Qian Jin, Tao Lei, Gong Changhao, Xu Jun, Luo Yuemei
Jiangsu Key Laboratory of Intelligent Medical Image Computing (IMIC), School of Artificial Intelligence, Nanjing University of Information Science and Technology, 210044 Nanjing, China.
Biomed Opt Express. 2025 May 13;16(6):2312-2326. doi: 10.1364/BOE.558731. eCollection 2025 Jun 1.
Recent advancements have seen a significant focus on using deep neural networks for classifying retinal diseases in optical coherence tomography (OCT) images. However, traditional deep neural networks treat images as grid or sequential structures, limiting their flexibility in capturing irregular and complex objects, resulting in suboptimal performance in practical applications. To address this issue, we propose a novel visual neural network model with a pyramid structure, called pyramid vision graph convolutional networks (PVGCN). This model enhances the correlations between structures by segmenting images into multiple nodes and connecting the nearest nodes. Specifically, it consists of two core components: 1) vision graph block and 2) pyramid structure. The vision graph block, composed of a grapher block and a feed-forward network (FFN), uses graph convolution methods to divide the image into multiple regions, treating them as nodes and representing the image as graph data. The graph constructed based on nodes can capture relationships between nodes without positional restrictions, better representing the irregular structure of retinal tissue. The FFN module improves the over-smoothing phenomenon in the grapher stage, enabling more accurate classification. The pyramid structure decomposes OCT images into a series of sub-images at different scales, integrating features at different scales to obtain a comprehensive feature representation of retinal hierarchical structure information. This structure can replace the extraction of higher-dimensional features in a large model by integrating features at different scales, significantly reducing the number of parameters. We conducted extensive experiments on two different datasets. The experimental results show that the proposed PVGCN achieved accuracies of 0.9954 and 0.9787 on the two datasets, respectively, surpassing existing methods. Additionally, the model demonstrated recognition capabilities comparable to those of human experts in the experiments, effectively identifying retinal diseases in OCT images.

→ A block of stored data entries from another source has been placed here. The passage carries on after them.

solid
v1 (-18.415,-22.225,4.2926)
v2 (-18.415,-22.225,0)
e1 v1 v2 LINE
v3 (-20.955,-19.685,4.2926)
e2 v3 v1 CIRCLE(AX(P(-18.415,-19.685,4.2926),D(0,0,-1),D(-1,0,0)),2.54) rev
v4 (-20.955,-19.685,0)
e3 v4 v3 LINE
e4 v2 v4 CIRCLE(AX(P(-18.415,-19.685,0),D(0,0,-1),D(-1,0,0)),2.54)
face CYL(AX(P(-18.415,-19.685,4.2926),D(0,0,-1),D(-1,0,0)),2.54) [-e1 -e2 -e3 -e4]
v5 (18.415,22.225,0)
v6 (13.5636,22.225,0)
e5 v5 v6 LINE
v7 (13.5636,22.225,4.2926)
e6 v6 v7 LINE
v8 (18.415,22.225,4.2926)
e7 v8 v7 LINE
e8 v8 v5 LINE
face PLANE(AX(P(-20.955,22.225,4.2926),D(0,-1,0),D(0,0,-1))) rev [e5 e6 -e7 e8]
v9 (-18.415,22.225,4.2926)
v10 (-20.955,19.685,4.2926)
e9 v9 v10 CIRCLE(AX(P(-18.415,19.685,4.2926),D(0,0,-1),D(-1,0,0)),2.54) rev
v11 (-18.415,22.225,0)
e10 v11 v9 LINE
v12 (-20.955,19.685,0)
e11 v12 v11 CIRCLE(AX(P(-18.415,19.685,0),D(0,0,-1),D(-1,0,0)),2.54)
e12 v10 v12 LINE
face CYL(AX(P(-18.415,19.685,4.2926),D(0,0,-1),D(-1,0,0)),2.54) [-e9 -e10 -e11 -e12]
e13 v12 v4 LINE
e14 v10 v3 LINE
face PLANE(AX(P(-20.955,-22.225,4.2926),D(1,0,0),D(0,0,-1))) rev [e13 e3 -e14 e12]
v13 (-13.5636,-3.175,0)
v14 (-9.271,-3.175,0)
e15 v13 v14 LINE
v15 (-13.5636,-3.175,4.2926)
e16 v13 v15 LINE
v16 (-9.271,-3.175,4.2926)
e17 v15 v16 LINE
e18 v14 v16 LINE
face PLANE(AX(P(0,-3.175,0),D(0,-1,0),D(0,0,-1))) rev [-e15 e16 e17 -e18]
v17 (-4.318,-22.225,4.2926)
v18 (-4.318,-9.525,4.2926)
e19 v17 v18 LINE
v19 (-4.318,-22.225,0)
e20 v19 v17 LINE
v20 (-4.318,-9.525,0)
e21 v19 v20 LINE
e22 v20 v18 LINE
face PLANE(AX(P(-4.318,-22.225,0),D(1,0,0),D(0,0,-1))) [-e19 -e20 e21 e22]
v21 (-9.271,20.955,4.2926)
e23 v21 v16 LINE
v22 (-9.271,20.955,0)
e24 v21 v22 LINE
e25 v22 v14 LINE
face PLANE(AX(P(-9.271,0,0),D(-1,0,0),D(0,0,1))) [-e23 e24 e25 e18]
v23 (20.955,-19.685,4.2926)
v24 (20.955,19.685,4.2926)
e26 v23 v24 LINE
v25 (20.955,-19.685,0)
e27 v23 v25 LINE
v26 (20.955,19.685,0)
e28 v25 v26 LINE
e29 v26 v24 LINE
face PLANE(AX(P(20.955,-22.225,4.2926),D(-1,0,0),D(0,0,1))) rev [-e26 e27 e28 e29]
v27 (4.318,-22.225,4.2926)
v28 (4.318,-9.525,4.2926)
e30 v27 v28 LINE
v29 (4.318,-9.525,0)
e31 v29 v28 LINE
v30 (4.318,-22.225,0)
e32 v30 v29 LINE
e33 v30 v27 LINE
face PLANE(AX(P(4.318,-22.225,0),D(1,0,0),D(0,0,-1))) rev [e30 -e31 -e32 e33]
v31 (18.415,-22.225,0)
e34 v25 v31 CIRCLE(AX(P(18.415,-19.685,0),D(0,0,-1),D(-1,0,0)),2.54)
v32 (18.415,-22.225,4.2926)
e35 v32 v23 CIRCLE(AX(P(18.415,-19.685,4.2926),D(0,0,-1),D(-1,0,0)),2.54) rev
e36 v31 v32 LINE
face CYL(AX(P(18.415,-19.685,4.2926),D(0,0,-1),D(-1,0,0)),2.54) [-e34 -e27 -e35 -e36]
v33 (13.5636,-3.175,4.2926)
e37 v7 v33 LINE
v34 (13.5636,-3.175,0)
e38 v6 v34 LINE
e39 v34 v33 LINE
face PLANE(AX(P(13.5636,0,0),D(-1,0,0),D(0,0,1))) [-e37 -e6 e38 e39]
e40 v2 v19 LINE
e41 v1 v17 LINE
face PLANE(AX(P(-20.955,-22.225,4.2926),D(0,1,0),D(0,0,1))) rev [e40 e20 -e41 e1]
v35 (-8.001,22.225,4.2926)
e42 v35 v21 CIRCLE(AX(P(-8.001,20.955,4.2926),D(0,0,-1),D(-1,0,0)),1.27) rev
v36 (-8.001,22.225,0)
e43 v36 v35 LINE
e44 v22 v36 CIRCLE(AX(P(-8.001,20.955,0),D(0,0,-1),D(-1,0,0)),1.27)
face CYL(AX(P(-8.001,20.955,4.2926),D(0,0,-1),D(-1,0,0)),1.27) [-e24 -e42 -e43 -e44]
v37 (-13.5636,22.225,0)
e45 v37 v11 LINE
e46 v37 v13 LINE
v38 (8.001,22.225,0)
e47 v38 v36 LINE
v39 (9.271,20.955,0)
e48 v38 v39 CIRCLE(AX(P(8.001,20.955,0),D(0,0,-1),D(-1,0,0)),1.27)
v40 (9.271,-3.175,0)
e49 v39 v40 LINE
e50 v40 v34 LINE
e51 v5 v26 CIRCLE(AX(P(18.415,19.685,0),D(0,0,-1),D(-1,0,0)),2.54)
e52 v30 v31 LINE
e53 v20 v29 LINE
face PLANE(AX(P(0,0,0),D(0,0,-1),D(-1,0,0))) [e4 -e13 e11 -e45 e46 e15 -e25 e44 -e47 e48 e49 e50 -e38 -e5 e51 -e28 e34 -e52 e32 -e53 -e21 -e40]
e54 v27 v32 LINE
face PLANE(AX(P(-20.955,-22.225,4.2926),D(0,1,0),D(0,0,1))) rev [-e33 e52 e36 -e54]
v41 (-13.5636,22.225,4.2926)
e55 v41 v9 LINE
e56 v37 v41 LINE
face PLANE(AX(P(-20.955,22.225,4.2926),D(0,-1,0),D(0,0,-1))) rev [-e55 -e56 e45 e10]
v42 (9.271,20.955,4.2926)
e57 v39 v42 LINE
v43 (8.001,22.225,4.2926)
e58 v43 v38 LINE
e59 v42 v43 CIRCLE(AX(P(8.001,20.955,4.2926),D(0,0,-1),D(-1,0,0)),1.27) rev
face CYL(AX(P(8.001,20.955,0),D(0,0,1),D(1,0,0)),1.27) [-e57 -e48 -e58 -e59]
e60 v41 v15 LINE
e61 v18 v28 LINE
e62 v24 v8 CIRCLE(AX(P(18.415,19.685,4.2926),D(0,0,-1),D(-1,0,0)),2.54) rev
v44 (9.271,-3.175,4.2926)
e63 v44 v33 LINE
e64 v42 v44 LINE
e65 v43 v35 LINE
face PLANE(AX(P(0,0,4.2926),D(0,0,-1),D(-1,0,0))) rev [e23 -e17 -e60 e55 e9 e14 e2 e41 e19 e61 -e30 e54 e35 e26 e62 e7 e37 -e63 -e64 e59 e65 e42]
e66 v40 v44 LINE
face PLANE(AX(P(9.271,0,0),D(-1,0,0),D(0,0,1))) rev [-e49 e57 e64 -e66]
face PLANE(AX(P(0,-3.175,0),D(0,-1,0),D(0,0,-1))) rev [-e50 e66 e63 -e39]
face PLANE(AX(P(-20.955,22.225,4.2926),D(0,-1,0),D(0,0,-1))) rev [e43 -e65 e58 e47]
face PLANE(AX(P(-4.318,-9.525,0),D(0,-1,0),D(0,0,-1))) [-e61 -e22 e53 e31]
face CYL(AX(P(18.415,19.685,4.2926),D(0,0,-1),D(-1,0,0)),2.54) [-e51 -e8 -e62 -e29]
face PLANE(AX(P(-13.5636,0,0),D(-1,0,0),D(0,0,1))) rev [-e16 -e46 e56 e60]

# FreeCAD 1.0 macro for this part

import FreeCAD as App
import Part
import Sketcher
Q = App.Units.Quantity


def edges_at(feature, points):
    """Names of the edges that pass closest to the given points."""
    edges = feature.Shape.Edges
    near = lambda p: min(range(len(edges)), key=lambda i: edges[i].distToShape(Part.Vertex(*p))[0])
    return sorted({f"Edge{near(p) + 1}" for p in points})


def add_polygon(sketch, points):
    """Adds a closed chain of lines whose ends are joined by coincident constraints."""
    first, n = sketch.GeometryCount, len(points)
    for a, b in zip(points, points[1:] + points[:1]):
        sketch.addGeometry(Part.LineSegment(App.Vector(*a, 0), App.Vector(*b, 0)), False)
    for i in range(n):
        sketch.addConstraint(Sketcher.Constraint("Coincident", first + i, 2, first + (i + 1) % n, 1))

doc = App.newDocument("Part")
body = doc.addObject("PartDesign::Body", "Body")

# Sketch on XY plane
sketch1 = body.newObject("Sketcher::SketchObject", "Sketch")
sketch1.AttachmentSupport = (doc.getObject("XY_Plane"), [""])
sketch1.MapMode = "FlatFace"
add_polygon(sketch1, [(-21, 22), (-21, -22), (21, -22), (21, 22)])  # lines 0-3
sketch1.addConstraint([
    Sketcher.Constraint("Vertical", 0),
    Sketcher.Constraint("Horizontal", 1),
    Sketcher.Constraint("Vertical", 2),
    Sketcher.Constraint("Horizontal", 3),
    Sketcher.Constraint("Symmetric", 0, 2, 2, 2, -1, 1),
    Sketcher.Constraint("DistanceX", 1, 1, 1, 2, Q("1.65 in")),
    Sketcher.Constraint("DistanceY", 0, 2, 0, 1, Q("1.75 in")),
])
pad1 = body.newObject("PartDesign::Pad", "Pad")
pad1.Profile = sketch1
pad1.Length = Q("0.169 in")
doc.recompute()

fillet = body.newObject("PartDesign::Fillet", "Fillet")
fillet.Base = (pad1, edges_at(pad1, [
    (20.955, -22.225, 2.146),
    (-20.955, -22.225, 2.146),
    (-20.955, 22.225, 2.146),
    (20.955, 22.225, 2.146),
]))
fillet.Radius = Q("0.1 in")

# Sketch on XY plane
sketch2 = body.newObject("Sketcher::SketchObject", "Sketch001")
sketch2.AttachmentSupport = (doc.getObject("XY_Plane"), [""])
sketch2.MapMode = "FlatFace"
sketch2.AttachmentOffset = App.Placement(App.Vector(0, 0, 0.169 * 25.4), App.Rotation())
add_polygon(sketch2, [(-13.6, 22.2), (-13.6, -3.2), (-9.3, -3.2), (-9.3, 22.2)])  # lines 0-3
add_polygon(sketch2, [(9.3, 22.2), (9.3, -3.2), (13.6, -3.2), (13.6, 22.2)])  # lines 4-7
add_polygon(sketch2, [(-4.3, -9.5), (-4.3, -22.2), (4.3, -22.2), (4.3, -9.5)])  # lines 8-11
sketch2.addConstraint([
    Sketcher.Constraint("Vertical", 0),
    Sketcher.Constraint("Horizontal", 1),
    Sketcher.Constraint("Vertical", 2),
    Sketcher.Constraint("Horizontal", 3),
    Sketcher.Constraint("Vertical", 4),
    Sketcher.Constraint("Horizontal", 5),
    Sketcher.Constraint("Vertical", 6),
    Sketcher.Constraint("Horizontal", 7),
    Sketcher.Constraint("Vertical", 8),
    Sketcher.Constraint("Horizontal", 9),
    Sketcher.Constraint("Vertical", 10),
    Sketcher.Constraint("Horizontal", 11),
    Sketcher.Constraint("Symmetric", 1, 2, 4, 2, -2),
    Sketcher.Constraint("Symmetric", 3, 2, 6, 2, -2),
    Sketcher.Constraint("DistanceY", 0, 2, 0, 1, Q("1 in")),
    Sketcher.Constraint("DistanceY", 8, 2, 8, 1, Q("0.5 in")),
    Sketcher.Constraint("DistanceX", 9, 1, 9, 2, Q("0.34 in")),
    Sketcher.Constraint("DistanceX", 1, 1, 1, 2, Q("0.169 in")),
    Sketcher.Constraint("DistanceX", 8, 2, -1, 1, Q("0.17 in")),
    Sketcher.Constraint("DistanceX", 1, 2, 4, 2, Q("0.73 in")),
    Sketcher.Constraint("DistanceY", 8, 2, 1, 2, Q("0.75 in")),
    Sketcher.Constraint("DistanceY", 0, 2, -1, 1, Q("0.125 in")),
])
pocket1 = body.newObject("PartDesign::Pocket", "Pocket")
pocket1.Profile = sketch2
pocket1.Length = Q("0.169 in")
doc.recompute()

fillet2 = body.newObject("PartDesign::Fillet", "Fillet001")
fillet2.Base = (pocket1, edges_at(pocket1, [(-9.271, 22.225, 2.146), (9.271, 22.225, 2.146)]))
fillet2.Radius = Q("0.05 in")

doc.recompute()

近年来的进展显著聚焦于使用深度神经网络对光学相干断层扫描(OCT)图像中的视网膜疾病进行分类。然而,传统的深度神经网络将图像视为网格或序列结构,限制了它们捕捉不规则和复杂物体的灵活性,导致在实际应用中的性能欠佳。为了解决这个问题,我们提出了一种具有金字塔结构的新型视觉神经网络模型,称为金字塔视觉图卷积网络(PVGCN)。该模型通过将图像分割成多个节点并连接最近的节点来增强结构之间的相关性。具体而言,它由两个核心组件组成:1)视觉图块和2)金字塔结构。视觉图块由一个绘图块和一个前馈网络(FFN)组成,使用图卷积方法将图像划分为多个区域,将它们视为节点并将图像表示为图数据。基于节点构建的图可以捕捉节点之间的关系而不受位置限制,更好地表示视网膜组织的不规则结构。FFN模块改善了绘图阶段的过平滑现象,实现更准确的分类。金字塔结构将OCT图像分解为一系列不同尺度的子图像,整合不同尺度的特征以获得视网膜层次结构信息的全面特征表示。这种结构可以通过整合不同尺度的特征来替代大型模型中高维特征的提取,显著减少参数数量。我们在两个不同的数据集上进行了广泛的实验。实验结果表明,所提出的PVGCN在两个数据集上分别达到了0.9954和0.9787的准确率,超过了现有方法。此外,该模型在实验中表现出与人类专家相当的识别能力,能够有效地识别OCT图像中的视网膜疾病。